- Directed by: Thom Powers; Meema Spadola;
- Starring: Alan Abel; Jonah Falcon; Calvin Lom; Lexington Steele; Jesse Sheidlower;
- Theme music composer: Stephan Crump; John M. Davis; John Mettam; Andrew Ramsey;
- Country of origin: United States
- No. of episodes: 1

Production
- Producers: Jacqueline Glover; Sheila Nevins; Thom Powers; Ann Rose; Meema Spadola;
- Running time: 58 min

Original release
- Network: HBO
- Release: March 15, 1999

= Private Dicks: Men Exposed =

Documentary

Private Dicks: Men Exposed is a 1999 American HBO TV documentary on the human penis. The film was directed by Thom Powers and Meema Spadola who previously made HBO's 1996 Breasts: A Documentary, a similar documentary on the breast.

==Plot==
The 58-minute documentary features 25 men with age ranging from young to old, and who work in a variety of professions, some of whom are professional performers. A mix of heterosexual, homosexual and bisexual men, along with two transgender individuals, were interviewed. They were interviewed nude on a variety of topics related to their genitals and sexuality, including first sexual experience, frequency of masturbation, penis size, oral sex, libido, sexual performance, and sexually transmitted diseases.

==Hoax==
One of the people featured in the documentary, a 57-year-old musician by the name of "Bruce", was featured heavily as having an extremely small member that he claimed was "the smallest in the world. One inch, erect." "Bruce" was later revealed to be professional prankster Alan Abel. HBO decided against removing Abel from the documentary and later versions of the documentary labeled him as a professional hoaxer.

==Reception==
Ken Tucker of Entertainment Weekly described the film as "alternately funny and quite literally touching". Eric Mink of New York Daily News calls the film "insightful" and "funny".

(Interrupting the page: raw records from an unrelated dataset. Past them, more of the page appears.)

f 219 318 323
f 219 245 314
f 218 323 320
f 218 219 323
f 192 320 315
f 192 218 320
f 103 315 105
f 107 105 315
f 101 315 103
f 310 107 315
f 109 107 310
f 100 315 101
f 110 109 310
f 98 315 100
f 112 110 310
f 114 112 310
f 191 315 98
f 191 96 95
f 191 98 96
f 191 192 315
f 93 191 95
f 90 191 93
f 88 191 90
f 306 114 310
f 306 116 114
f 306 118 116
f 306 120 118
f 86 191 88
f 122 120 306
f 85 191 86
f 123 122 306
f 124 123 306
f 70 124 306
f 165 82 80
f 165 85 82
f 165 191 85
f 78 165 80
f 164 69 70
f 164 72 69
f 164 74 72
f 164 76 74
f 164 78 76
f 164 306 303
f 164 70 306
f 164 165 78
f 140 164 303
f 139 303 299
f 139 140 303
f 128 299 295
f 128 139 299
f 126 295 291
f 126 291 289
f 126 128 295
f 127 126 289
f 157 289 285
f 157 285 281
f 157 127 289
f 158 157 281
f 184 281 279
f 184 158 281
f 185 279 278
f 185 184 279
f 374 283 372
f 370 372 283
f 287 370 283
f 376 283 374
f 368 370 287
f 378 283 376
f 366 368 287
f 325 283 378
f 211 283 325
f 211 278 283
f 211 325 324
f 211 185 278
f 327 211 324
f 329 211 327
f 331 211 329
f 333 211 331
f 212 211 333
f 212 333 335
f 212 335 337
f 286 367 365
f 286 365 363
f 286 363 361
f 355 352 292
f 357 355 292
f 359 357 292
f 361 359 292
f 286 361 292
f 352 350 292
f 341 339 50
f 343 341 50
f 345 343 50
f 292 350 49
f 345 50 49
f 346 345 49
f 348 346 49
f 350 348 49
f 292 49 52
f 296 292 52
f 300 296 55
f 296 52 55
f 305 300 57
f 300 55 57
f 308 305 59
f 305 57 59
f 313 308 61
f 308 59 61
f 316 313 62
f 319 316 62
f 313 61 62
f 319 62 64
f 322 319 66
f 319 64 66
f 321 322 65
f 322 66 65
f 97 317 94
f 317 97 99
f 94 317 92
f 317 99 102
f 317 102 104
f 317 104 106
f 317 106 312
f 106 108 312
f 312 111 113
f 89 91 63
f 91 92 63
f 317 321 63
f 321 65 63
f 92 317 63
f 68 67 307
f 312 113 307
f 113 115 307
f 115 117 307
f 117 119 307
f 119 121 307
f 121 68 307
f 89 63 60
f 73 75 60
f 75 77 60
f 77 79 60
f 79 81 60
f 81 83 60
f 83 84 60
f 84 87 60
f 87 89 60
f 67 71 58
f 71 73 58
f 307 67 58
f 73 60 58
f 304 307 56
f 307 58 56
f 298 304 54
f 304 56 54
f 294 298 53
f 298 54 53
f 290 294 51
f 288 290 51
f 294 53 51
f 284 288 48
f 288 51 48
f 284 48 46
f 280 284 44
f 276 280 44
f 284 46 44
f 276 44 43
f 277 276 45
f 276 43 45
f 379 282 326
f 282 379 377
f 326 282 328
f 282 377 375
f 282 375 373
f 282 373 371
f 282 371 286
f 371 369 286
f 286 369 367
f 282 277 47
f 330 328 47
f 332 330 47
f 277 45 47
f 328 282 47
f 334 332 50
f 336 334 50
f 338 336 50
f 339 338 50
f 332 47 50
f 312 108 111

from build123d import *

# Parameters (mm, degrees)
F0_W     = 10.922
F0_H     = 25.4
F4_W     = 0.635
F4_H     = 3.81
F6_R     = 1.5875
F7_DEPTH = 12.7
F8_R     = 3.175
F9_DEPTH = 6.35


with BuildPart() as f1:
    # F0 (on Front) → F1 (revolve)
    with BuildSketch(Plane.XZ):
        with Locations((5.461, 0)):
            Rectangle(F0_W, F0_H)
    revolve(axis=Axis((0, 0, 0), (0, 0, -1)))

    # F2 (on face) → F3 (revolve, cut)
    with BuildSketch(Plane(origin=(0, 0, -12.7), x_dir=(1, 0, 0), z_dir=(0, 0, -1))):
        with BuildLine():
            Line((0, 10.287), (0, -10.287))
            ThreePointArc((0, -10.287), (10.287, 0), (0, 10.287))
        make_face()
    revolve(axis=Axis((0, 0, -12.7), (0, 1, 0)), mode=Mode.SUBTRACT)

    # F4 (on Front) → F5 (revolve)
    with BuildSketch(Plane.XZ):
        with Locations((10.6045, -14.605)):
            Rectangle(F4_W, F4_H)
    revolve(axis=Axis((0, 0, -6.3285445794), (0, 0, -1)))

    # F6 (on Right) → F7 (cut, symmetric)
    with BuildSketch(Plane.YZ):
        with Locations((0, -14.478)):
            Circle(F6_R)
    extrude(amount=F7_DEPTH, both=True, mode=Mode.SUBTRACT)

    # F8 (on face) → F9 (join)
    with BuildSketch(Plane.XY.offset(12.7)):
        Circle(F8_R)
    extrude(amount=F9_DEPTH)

Kam Williams reviewing the DVD in AALBC.com described the film as "excellent". He notes, "The directors were clever enough to contrast all this graphic present-day content intermittently with some tame file footage from stock Sexual Education films which probably passed as state-of-the-art instruction back in the Fifties." According to him, these interludes, which he labels as "antiseptic", "humorous", and "amusing", are "a welcome reminder of how far we've come from the days of learning about the birds and the bees in clinical presentations by a nervous nerd in a white lab coat standing in front of a blackboard with a pointer." MaryAnn Johanson, writing in Flick Filosopher, asserts that it is the openness of the interviewees, not the nudity, which is significant.